Consider the attitude and the complicity of the United States during the 20 years of the general's engagement with American intelligence. By 1969, he was a paid agent of the CIA when he was only a junior officer. He remained so throughout the 1970s, he, eventually, earning in that sideline $200,000 a year.

In 1976, American drug enforcers discovered that Noriega himself was a trafficker in the drugs he was supposed to be suppressing. They passed on the word to the director of the CIA, one George Bush, who met him, talked things over, no doubt the general convincingly dismissed these preposterous rumours and he remained in place as America's man.

In 1983, the American drug enforcers had proof that Noriega was now a principal agent of the Colombia drug cartel. Mr Bush, now Vice President Bush, met him again.

That must have been a difficult meeting. Noriega was now a valued helper in the Reagan administration's efforts to supply the Nicaraguan rebels, the Contras. He'd made Panama into a base for weapons, for supply, for intelligence. It seemed better, evidently, to leave him in place. Still well paid.

Anyway, in that year, 1983, Officer Noriega was General Noriega and the actual ruler of Panama, with American support. And in 1984, there was an election, the first in 16 years. The new president lasted barely a year and resigned and was replaced by a hand-picked Noriega man. But General Noriega, with American support, again ran the whole show.

There came a time, 1987 – and we don't know really why – the United States decided that the general was too hot to handle in the warming climate of the Colombia drug business. By the next year, 1988, he was dropped and disgraced, and in Miami was indicted by a grand jury on the charges on which he was arraigned on Thursday. A principal witness then was a man long associated with Noriega in the drug business who presented horrifying details of the general's involvement. We shall no doubt hear from that man again.

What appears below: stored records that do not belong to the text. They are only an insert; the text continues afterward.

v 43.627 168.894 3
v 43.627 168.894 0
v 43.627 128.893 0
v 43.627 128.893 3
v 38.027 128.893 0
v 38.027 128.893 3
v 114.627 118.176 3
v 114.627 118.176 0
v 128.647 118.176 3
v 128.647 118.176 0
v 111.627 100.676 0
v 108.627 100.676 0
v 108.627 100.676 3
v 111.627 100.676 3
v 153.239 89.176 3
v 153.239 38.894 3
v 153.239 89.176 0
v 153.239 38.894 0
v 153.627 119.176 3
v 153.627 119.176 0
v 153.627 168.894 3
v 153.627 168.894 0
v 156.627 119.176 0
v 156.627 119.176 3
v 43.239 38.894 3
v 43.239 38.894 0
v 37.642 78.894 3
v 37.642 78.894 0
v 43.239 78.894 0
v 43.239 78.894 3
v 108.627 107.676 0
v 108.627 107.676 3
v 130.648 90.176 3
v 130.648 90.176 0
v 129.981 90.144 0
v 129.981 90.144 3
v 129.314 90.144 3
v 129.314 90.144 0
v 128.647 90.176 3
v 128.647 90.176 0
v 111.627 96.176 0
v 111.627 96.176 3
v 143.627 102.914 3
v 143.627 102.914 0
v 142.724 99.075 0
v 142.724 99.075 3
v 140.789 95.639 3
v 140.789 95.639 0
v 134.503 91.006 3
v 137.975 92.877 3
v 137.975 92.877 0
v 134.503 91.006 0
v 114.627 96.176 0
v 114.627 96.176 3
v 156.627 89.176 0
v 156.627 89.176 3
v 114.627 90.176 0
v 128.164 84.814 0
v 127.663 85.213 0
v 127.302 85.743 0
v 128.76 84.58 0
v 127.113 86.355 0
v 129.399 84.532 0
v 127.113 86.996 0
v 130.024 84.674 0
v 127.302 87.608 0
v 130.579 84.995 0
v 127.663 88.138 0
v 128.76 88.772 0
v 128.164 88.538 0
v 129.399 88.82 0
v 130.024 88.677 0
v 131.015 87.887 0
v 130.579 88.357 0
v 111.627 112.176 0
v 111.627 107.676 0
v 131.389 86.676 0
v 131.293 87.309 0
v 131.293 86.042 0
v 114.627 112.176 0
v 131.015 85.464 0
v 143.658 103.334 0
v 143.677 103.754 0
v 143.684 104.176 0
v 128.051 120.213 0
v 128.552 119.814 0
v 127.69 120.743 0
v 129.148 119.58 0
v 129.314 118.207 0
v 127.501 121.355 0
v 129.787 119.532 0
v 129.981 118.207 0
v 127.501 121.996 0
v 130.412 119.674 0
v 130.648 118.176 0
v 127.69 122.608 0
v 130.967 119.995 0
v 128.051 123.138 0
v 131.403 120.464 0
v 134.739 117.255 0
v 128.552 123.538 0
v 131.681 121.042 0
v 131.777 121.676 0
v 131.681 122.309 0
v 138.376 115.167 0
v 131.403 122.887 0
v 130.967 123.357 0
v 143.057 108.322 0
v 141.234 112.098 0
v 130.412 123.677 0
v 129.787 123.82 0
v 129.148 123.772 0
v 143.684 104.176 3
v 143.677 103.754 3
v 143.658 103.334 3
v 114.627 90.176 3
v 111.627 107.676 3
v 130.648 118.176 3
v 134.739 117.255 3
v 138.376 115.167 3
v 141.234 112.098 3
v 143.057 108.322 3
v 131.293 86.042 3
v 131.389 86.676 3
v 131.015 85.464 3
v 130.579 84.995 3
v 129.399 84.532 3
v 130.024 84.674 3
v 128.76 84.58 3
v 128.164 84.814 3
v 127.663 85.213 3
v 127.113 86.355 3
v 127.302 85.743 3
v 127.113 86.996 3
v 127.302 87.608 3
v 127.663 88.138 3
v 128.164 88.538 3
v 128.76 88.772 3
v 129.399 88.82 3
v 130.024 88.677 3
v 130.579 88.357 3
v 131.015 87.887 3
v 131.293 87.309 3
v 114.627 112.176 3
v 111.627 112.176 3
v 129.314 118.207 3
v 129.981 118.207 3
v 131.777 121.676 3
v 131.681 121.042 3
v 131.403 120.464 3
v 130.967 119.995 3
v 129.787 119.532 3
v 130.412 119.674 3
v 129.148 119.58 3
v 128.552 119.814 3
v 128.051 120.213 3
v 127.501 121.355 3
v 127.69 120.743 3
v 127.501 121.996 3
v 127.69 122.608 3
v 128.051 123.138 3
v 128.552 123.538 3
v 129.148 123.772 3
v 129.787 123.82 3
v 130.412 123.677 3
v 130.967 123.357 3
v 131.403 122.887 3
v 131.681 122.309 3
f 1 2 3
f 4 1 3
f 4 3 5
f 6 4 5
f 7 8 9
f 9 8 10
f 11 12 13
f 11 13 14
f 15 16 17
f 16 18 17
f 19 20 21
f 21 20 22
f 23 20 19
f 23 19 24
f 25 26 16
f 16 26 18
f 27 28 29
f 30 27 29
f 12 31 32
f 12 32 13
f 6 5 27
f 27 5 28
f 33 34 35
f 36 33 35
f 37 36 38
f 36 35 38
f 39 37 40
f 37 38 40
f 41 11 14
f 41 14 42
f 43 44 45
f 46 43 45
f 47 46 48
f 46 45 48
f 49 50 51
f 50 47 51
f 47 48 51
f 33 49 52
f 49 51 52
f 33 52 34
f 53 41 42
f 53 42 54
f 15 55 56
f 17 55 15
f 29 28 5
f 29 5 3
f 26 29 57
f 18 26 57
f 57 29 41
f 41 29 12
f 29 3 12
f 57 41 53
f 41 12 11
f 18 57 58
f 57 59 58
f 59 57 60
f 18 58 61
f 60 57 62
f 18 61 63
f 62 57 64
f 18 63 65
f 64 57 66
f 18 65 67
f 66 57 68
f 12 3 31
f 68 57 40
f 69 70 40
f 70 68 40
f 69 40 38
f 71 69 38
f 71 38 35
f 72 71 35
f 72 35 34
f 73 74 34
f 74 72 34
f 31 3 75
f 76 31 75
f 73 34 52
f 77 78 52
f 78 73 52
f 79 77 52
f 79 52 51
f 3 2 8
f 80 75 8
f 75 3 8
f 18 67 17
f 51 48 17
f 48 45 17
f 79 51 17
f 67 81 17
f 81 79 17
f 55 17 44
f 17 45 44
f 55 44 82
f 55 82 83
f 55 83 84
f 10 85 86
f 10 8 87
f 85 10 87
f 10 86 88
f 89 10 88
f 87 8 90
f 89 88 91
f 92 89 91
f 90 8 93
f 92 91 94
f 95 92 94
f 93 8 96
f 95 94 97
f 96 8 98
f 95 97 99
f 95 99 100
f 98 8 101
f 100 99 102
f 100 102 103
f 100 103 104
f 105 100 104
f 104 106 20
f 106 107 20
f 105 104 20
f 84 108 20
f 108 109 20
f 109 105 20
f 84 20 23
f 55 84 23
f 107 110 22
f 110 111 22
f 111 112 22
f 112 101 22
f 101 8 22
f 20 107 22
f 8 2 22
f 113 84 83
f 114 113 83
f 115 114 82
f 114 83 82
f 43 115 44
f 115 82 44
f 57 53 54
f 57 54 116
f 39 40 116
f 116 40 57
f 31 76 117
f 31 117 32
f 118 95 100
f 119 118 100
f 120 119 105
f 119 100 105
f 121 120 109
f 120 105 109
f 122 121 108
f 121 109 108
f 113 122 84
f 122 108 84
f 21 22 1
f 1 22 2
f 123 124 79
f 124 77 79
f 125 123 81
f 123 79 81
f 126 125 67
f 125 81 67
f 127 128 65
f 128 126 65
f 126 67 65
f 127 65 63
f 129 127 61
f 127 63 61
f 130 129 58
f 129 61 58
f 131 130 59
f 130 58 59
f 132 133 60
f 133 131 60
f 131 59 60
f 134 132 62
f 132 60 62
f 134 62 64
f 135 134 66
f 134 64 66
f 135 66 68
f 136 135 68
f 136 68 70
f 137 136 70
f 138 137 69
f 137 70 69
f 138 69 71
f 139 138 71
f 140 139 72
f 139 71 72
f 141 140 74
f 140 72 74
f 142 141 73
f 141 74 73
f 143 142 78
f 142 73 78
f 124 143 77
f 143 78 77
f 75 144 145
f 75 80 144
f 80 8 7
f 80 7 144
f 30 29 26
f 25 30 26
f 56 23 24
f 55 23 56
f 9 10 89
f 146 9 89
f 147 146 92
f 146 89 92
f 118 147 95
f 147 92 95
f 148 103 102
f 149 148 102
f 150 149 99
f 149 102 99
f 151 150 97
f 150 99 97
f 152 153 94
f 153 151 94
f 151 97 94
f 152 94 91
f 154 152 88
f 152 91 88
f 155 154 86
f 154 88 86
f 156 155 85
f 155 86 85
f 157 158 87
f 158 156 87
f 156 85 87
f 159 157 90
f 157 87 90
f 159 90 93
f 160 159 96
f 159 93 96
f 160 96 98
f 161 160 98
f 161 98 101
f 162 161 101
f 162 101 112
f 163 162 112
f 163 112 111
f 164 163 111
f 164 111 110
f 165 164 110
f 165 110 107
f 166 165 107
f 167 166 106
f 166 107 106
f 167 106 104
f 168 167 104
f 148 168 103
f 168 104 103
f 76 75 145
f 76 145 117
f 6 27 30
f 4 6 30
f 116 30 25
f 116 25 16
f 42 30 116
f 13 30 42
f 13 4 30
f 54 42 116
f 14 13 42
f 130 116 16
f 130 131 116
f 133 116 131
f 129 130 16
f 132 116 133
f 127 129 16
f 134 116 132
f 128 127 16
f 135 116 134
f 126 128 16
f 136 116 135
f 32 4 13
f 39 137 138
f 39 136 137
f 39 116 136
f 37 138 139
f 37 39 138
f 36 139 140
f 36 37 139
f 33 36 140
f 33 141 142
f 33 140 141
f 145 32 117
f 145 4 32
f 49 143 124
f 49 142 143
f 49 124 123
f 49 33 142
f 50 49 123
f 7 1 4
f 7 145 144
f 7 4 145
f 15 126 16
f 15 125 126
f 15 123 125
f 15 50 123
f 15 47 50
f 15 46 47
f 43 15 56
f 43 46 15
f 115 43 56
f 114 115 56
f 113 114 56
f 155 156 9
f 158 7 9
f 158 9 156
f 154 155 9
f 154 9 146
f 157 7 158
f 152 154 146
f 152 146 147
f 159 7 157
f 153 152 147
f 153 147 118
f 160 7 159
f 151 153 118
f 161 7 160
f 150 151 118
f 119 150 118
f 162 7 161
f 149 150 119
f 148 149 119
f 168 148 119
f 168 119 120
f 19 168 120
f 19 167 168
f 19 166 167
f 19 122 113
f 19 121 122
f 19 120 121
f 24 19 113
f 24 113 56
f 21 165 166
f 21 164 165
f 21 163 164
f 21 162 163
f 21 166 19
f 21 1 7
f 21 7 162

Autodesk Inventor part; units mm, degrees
ref_plane "YZ Plane" through (0, 0, 0) normal (1, 0, 0) x (0, 1, 0)
ref_plane "XZ Plane" through (0, 0, 0) normal (0, 1, 0) x (-1, 0, 0)
ref_plane "XY Plane" through (0, 0, 0) normal (0, 0, 1) x (1, 0, 0)
sketch "Sketch2" plane through (0, 0, 0) normal (0, 0, 1) x (1, 0, 0)
  line L0 (130.6479, 118.1756) -> (130.6479, 90.1756)
  circle A0 centre (129.6479, 104.1756) radius 14.0357
  line L1 (39.8344, 104.1756) -> (88.8344, 104.1756)
  line L2 (130.6479, 90.1756) -> (114.6267, 90.1756)
  line L3 (114.6267, 118.1756) -> (130.6479, 118.1756)
  arc A1 (143.6267, 102.9137) -> (130.6479, 118.1756) centre (129.6479, 104.1756) ccw
  arc A2 (130.6479, 90.1756) -> (143.6267, 102.9137) centre (129.6479, 104.1756) ccw
  line L4 (130.6479, 90.1756) -> (114.6267, 90.1756)
  line L5 (114.6267, 118.1756) -> (130.6479, 118.1756)
  line L6 (153.6267, 168.8936) -> (43.6267, 168.8936)
  line L7 (43.6267, 168.8936) -> (43.6267, 128.8928)
  line L8 (43.6267, 128.8928) -> (38.0267, 128.8928)
  line L9 (38.0267, 128.8928) -> (37.642, 78.8943)
  line L10 (37.642, 78.8943) -> (43.2388, 78.8943)
  line L11 (43.2388, 78.8943) -> (43.2388, 38.8936)
  line L12 (43.2388, 38.8936) -> (153.2388, 38.8936)
  line L13 (153.2388, 38.8936) -> (153.2388, 89.1756)
  line L14 (153.6267, 119.1756) -> (153.6267, 168.8936)
  line L15 (114.6267, 118.1756) -> (114.6267, 112.1756)
  line L16 (114.6267, 112.1756) -> (111.6267, 112.1756)
  line L17 (111.6267, 112.1756) -> (111.6267, 107.6756)
  line L18 (111.6267, 107.6756) -> (108.6267, 107.6756)
  line L19 (108.6267, 107.6756) -> (108.6267, 100.6756)
  line L20 (108.6267, 100.6756) -> (111.6267, 100.6756)
  line L21 (111.6267, 100.6756) -> (111.6267, 96.1756)
  line L22 (111.6267, 96.1756) -> (114.6267, 96.1756)
  line L23 (114.6267, 96.1756) -> (114.6267, 90.1756)
  line L24 (153.6267, 119.1756) -> (156.6267, 119.1756)
  line L25 (156.6267, 119.1756) -> (156.6267, 89.1756)
  line L26 (156.6267, 89.1756) -> (153.2388, 89.1756)
  circle A3 centre (129.2388, 86.6756) radius 2.15
  circle A4 centre (129.6267, 121.6756) radius 2.15
  point P0 (0, 0)
  point P1 (128.6479, 118.1756)
  point P2 (128.6479, 90.1756)
  point P3 (122.6373, 90.1756)
  point P4 (122.6373, 118.1756)
  dimension "d0" = 50
  dimension "d1" = 130
  dimension "d2" = 28.0713
  dimension "d3" = 7
  dimension "d4" = 3
  dimension "d5" = 6
  dimension "d6" = 6
  dimension "d7" = 110
  dimension "d8" = 110
  dimension "d9" = 5.6
  dimension "d10" = 3
  dimension "d11" = 32
  dimension "d13" = 10
  dimension "d14" = 30
  dimension "d15" = 3
  dimension "d18" = 28
  dimension "d28" = 4.3
  dimension "d29" = 24
  dimension "d30" = 3.5
  dimension "d31" = 4.3
  dimension "d32" = 24
  dimension "d33" = 3.5
ref_plane "Work Plane1" through (0, 0, 3) normal (0, 0, 1) x (1, 0, 0)
sketch "Sketch3" plane through (0, 0, 3) normal (0, 0, 1) x (1, 0, 0)
  circle A0 centre (56.2766, 49.819) radius 2.44
  circle A1 centre (70.2268, 49.819) radius 2.475
  circle A2 centre (83.2893, 49.819) radius 2.4
  circle A3 centre (93.7333, 49.819) radius 2.375
  circle A4 centre (104.7615, 49.819) radius 2.35
  circle A5 centre (116.1801, 49.819) radius 2.3
  circle A6 centre (127.2083, 49.819) radius 2.25
  point P0 (0, 0)
  dimension "d19" = 4.88
  dimension "d20" = 4.95
  dimension "d21" = 4.8
  dimension "d24" = 4.75
  dimension "d25" = 4.7
  dimension "d26" = 4.6
  dimension "d27" = 4.5
extrude "Extrusion3" add sketch "Sketch2" along normal blind 3
properties part number "MotorMountPlate"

Another we shall certainly hear from is Colonel Luis del Cid, the right-hand man of the general's who was his courier with the Colombia drug traffickers. Colonel del Cid turned himself in last week and the department of justice expects great things from him, if he decides – as he surely must – to be what the lawyers call a cooperative witness.

Meanwhile, the FBI and the administration's drug enforcers are plunging into the general's fat files in Panama. Might they not want to suppress or shred all, or some, of the stuff that the general boasted was deeply embarrassing to Mr Bush? They might.

But the general's defence lawyers are on hand and if they proved that documents to be used in the general's defence had been withheld, the judge, under the Classified Information Procedures Act of Congress could declare a fair trial to be impossible.

If all, on the other hand – the juicy stuff, is submitted to the court, the justice department might succeed, as it did with Colonel North, in declaring much of it unusable for reasons of national security.

The legal twists, turns and stratagems are interminable. And some very competent lawyers cheerfully remarked this week that the general's trial could go on for months, nay, for years.

What happened to all those events that changed our lives during nine years of the '80s decade? They will wait. Not a year. But a week, maybe.